The ads are airing in 14 U.S. cities from May 18 to May 28, 2006.


----------



## hortonvm (Feb 15, 2006)

*No surprise here*

"With more than a $3 million annual budget, CEI is supported by both conservative foundations and corporate funding. Known corporate funders in addition to ExxonMobil include the American Petroleum Institute, Cigna Corporation, Dow Chemical, EBCO Corp, General Motors, and IBM. One of CEI's prominent funders is conservative Richard Scaife who has provided money through the Carthage and Sara Scaife Foundations. " from www.exxonsecrets.org
So far, this institute has received $1,735,000 in funding since 1998 from ExxonMobil. 
Also, their director of Global Warming and International Environmental policy isn't even a scientist, he's an economist. In fact, out of ten Staff member's bio's I read, I could only find one scientist among them (I think he's a scientist, it didn't actually say.) There are something like twenty staffers. Someone else can feel free to look at their web site and correct me. (www.cei.org)

So, I don't find it curious that a bunch of economists 
funded by big oil companies like exxon who don't care about pollution in the least ( to be fair, some oil companies like BP do invest in alternative technologies and are cleaning up their act as much as profit allows) are funding a smear campaign against global warming. Do the ads have validity? Not really. Anyone who took a college level into Biology course should be able to see through them, and increasingly those with even a high school into Biology course. Will these ads work for them? I imagine they will.

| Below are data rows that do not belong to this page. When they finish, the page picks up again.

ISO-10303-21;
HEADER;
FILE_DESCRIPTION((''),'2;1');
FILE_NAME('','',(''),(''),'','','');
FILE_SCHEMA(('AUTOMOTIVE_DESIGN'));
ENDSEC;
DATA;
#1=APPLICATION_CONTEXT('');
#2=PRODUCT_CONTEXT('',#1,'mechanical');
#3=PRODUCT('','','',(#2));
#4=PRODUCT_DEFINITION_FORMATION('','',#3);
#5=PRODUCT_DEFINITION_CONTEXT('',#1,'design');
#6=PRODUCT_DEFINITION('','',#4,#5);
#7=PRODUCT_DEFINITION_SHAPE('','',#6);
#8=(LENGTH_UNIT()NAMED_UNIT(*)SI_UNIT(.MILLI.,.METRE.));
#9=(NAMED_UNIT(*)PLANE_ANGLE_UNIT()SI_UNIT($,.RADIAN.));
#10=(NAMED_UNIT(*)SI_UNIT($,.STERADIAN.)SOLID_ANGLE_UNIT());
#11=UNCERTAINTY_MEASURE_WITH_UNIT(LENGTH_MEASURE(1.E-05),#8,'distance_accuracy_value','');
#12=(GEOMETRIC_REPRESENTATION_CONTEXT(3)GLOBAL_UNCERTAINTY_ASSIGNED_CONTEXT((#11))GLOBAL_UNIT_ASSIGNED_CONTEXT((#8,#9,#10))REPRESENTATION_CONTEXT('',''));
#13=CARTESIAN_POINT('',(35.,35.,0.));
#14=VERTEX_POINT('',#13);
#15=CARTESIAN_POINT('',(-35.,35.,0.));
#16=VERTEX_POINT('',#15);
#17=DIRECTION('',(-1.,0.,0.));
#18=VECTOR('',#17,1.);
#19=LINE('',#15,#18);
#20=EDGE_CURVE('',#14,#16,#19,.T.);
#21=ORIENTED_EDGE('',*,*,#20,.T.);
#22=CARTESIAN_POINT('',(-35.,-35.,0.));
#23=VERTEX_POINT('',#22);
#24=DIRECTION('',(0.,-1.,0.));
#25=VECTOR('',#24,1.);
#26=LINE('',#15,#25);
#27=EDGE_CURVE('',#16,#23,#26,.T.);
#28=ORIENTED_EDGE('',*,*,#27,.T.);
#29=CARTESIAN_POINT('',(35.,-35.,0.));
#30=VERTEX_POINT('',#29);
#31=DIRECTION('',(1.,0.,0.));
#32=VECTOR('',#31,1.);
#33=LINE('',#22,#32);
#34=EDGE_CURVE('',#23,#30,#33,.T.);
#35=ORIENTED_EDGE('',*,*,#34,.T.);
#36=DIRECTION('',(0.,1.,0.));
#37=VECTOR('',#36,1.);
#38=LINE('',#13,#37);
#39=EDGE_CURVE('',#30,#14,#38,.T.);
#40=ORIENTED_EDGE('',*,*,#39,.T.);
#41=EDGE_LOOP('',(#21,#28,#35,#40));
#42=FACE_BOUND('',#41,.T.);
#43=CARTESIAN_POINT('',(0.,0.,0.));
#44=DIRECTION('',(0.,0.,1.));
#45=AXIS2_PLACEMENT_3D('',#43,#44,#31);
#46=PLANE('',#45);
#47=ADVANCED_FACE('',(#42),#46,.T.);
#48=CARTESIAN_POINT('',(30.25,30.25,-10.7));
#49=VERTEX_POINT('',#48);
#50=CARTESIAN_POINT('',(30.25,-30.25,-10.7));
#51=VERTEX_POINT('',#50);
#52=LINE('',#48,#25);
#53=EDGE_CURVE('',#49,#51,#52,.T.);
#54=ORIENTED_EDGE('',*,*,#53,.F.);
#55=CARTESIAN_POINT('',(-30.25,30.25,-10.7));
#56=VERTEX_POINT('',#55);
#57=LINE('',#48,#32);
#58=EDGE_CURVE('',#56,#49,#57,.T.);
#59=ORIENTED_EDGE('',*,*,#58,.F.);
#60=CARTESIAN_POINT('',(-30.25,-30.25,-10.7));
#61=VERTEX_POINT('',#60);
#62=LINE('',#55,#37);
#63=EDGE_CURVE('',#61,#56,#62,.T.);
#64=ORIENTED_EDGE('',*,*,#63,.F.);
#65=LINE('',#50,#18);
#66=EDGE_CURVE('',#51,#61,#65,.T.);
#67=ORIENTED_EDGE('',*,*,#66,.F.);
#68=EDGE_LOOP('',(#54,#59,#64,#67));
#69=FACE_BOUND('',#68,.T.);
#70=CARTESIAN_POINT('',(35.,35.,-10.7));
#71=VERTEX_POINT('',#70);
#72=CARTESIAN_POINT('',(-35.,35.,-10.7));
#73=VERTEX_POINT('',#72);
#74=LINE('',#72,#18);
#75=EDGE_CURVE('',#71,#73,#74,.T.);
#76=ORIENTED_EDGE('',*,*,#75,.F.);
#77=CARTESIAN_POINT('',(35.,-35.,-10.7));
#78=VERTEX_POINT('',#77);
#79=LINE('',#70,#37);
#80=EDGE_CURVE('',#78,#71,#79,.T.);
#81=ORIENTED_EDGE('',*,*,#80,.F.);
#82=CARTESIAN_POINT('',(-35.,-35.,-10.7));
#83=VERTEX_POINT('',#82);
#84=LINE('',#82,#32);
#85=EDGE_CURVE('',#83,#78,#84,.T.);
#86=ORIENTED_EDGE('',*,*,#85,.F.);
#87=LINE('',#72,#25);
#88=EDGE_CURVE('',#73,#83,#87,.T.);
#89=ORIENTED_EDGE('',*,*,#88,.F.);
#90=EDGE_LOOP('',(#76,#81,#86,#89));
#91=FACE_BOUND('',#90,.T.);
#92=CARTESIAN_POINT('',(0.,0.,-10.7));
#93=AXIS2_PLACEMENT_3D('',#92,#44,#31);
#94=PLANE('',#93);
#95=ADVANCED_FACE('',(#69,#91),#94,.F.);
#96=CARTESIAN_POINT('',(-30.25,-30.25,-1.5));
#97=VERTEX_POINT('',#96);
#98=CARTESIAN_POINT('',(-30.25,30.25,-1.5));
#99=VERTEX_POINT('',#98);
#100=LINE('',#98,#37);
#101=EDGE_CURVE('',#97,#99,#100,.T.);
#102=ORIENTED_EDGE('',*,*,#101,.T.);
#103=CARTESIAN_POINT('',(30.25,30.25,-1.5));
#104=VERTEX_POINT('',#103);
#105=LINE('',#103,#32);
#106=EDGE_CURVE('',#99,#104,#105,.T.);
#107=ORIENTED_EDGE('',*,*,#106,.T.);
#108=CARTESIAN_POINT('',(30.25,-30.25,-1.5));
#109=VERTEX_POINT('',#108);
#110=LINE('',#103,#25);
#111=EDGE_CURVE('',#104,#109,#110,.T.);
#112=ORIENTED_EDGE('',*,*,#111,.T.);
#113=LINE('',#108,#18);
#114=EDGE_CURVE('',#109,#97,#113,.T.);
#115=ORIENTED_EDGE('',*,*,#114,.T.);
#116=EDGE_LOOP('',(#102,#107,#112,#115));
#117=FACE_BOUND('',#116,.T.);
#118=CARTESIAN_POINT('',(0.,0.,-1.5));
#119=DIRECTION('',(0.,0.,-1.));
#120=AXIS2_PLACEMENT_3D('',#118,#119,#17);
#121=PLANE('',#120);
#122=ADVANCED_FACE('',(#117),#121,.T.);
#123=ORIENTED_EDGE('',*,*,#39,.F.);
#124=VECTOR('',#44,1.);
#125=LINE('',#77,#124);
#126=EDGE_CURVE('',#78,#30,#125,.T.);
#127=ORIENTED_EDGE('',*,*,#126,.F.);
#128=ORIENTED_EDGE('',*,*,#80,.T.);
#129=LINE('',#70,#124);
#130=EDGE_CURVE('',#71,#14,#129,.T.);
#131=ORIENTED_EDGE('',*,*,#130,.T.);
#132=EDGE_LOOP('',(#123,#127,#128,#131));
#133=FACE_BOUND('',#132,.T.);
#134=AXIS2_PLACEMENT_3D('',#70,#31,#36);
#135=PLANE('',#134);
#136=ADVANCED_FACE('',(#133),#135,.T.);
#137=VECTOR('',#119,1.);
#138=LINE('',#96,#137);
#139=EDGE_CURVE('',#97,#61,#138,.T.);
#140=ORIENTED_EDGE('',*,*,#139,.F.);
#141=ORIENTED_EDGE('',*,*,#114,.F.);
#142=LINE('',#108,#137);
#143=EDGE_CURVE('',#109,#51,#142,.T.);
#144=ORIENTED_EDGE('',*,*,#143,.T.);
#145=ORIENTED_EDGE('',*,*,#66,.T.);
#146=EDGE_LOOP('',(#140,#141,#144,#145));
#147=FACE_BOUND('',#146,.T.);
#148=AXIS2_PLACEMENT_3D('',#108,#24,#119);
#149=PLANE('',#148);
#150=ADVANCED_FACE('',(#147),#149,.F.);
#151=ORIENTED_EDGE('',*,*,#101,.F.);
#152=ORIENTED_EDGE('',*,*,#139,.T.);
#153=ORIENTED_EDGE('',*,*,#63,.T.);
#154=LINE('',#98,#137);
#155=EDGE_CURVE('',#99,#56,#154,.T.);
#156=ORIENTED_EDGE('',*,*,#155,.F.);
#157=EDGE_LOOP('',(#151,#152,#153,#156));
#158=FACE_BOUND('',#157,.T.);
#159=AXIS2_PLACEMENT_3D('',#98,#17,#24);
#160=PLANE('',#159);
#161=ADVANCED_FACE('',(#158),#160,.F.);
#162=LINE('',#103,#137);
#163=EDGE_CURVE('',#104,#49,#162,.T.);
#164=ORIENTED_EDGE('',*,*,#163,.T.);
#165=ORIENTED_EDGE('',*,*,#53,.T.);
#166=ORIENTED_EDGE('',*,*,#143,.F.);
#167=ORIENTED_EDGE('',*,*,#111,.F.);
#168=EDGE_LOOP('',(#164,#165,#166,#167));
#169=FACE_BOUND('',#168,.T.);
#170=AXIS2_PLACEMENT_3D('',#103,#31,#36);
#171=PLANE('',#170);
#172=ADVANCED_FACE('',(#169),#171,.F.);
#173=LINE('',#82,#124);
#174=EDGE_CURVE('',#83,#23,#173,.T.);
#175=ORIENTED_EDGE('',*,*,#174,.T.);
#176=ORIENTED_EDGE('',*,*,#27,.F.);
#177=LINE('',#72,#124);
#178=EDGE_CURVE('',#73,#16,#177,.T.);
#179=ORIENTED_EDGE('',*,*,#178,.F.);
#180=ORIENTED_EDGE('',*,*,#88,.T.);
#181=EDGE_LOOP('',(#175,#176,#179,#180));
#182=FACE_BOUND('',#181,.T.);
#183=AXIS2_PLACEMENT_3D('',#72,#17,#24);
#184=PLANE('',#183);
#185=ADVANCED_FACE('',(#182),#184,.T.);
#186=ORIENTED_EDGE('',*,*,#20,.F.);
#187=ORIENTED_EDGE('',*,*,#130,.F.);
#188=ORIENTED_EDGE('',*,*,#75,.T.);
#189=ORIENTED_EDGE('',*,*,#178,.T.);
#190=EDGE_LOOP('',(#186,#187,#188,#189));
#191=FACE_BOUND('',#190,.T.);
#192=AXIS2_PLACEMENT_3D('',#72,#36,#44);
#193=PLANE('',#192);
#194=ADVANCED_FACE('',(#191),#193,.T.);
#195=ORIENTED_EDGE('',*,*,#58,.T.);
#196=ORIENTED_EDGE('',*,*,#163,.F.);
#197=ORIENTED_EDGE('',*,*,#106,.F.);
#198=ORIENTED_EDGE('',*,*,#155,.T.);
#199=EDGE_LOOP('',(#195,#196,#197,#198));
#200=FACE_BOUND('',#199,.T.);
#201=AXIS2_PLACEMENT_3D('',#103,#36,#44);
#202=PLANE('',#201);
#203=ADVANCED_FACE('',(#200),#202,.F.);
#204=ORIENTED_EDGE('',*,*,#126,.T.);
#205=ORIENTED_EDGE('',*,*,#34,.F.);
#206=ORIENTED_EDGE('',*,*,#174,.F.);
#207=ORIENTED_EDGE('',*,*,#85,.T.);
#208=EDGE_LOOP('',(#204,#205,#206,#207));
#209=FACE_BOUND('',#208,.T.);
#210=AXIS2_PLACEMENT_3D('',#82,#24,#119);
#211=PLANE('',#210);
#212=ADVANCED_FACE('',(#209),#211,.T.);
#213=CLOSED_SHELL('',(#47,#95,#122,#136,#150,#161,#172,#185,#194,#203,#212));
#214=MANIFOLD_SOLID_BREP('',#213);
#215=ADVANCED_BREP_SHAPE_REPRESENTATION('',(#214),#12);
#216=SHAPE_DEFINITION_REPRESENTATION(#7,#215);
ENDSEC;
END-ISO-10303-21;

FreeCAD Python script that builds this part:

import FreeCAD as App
import Part
import Sketcher

V = App.Vector
Q = App.Units.Quantity


def add_polygon(sketch, points):
    """Adds a closed chain of lines whose ends are joined by coincident constraints."""
    first, n = sketch.GeometryCount, len(points)
    for a, b in zip(points, points[1:] + points[:1]):
        sketch.addGeometry(Part.LineSegment(App.Vector(*a, 0), App.Vector(*b, 0)), False)
    for i in range(n):
        sketch.addConstraint(Sketcher.Constraint("Coincident", first + i, 2, first + (i + 1) % n, 1))

doc = App.newDocument("Part")
params = doc.addObject("Spreadsheet::Sheet", "Params")
for row, (alias, value) in enumerate([
    ("sketch1_width", "70 mm"),
    ("pad1_length", "10.7 mm"),
    ("sketch2_width", "60.5 mm"),
    ("pocket1_length", "9.2 mm"),
], start=1):
    params.set(f"A{row}", alias)
    params.set(f"B{row}", "=" + value)
    params.setAlias(f"B{row}", alias)

body = doc.addObject("PartDesign::Body", "Body")

sketch1 = doc.addObject("Sketcher::SketchObject", "Sketch")
body.addObject(sketch1)
sketch1.AttachmentSupport = (doc.XY_Plane, [""])
sketch1.MapMode = "FlatFace"
add_polygon(sketch1, [(-35, 35), (-35, -35), (35, -35), (35, 35)])
sketch1.addConstraint([
    Sketcher.Constraint("Vertical", 0),
    Sketcher.Constraint("Horizontal", 1),
    Sketcher.Constraint("Vertical", 2),
    Sketcher.Constraint("Horizontal", 3),
    Sketcher.Constraint("Symmetric", 0, 2, 2, 2, -1, 1),
    Sketcher.Constraint("Equal", 3, 0),
    Sketcher.Constraint("DistanceX", 1, 1, 1, 2, Q("70 mm")),
])
sketch1.setExpression("Constraints[10]", "Params.sketch1_width")
pad1 = doc.addObject("PartDesign::Pad", "Pad")
body.addObject(pad1)
pad1.Profile = sketch1
pad1.setExpression("Length", "Params.pad1_length")
pad1.Reversed = True

sketch2 = doc.addObject("Sketcher::SketchObject", "Sketch001")
body.addObject(sketch2)
sketch2.AttachmentSupport = (doc.XY_Plane, [""])
sketch2.MapMode = "FlatFace"
sketch2.AttachmentOffset = App.Placement(V(0, 0, -10.7), App.Rotation())
add_polygon(sketch2, [(30, 30), (30, -30), (-30, -30), (-30, 30)])
sketch2.addConstraint([
    Sketcher.Constraint("Vertical", 0),
    Sketcher.Constraint("Horizontal", 1),
    Sketcher.Constraint("Vertical", 2),
    Sketcher.Constraint("Horizontal", 3),
    Sketcher.Constraint("Symmetric", 0, 2, 2, 2, -1, 1),
    Sketcher.Constraint("Equal", 3, 0),
    Sketcher.Constraint("DistanceX", 1, 2, 1, 1, Q("60.5 mm")),
])
sketch2.setExpression("Constraints[10]", "Params.sketch2_width")
pocket1 = doc.addObject("PartDesign::Pocket", "Pocket")
body.addObject(pocket1)
pocket1.Profile = sketch2
pocket1.setExpression("Length", "Params.pocket1_length")
pocket1.Reversed = True

doc.recompute()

Nothing the American public likes more than having complex problems dumbed down for them with the result that they don't have to think about the consequences of their actions.


----------



## hortonvm (Feb 15, 2006)

*correction*

that should read "intro Biology" not "into"


----------



## mescalimick (Oct 15, 2003)

It's great. About time someone put up a differing opinion. Because, that's about the extent of "Global Warming" science- opinion. My roomate has wholehearted bought in to the movement. I've read through almost every Sierra Club and E-Magazine he's got and the extent of propaganda is amazing. The lack of real science is saddening. 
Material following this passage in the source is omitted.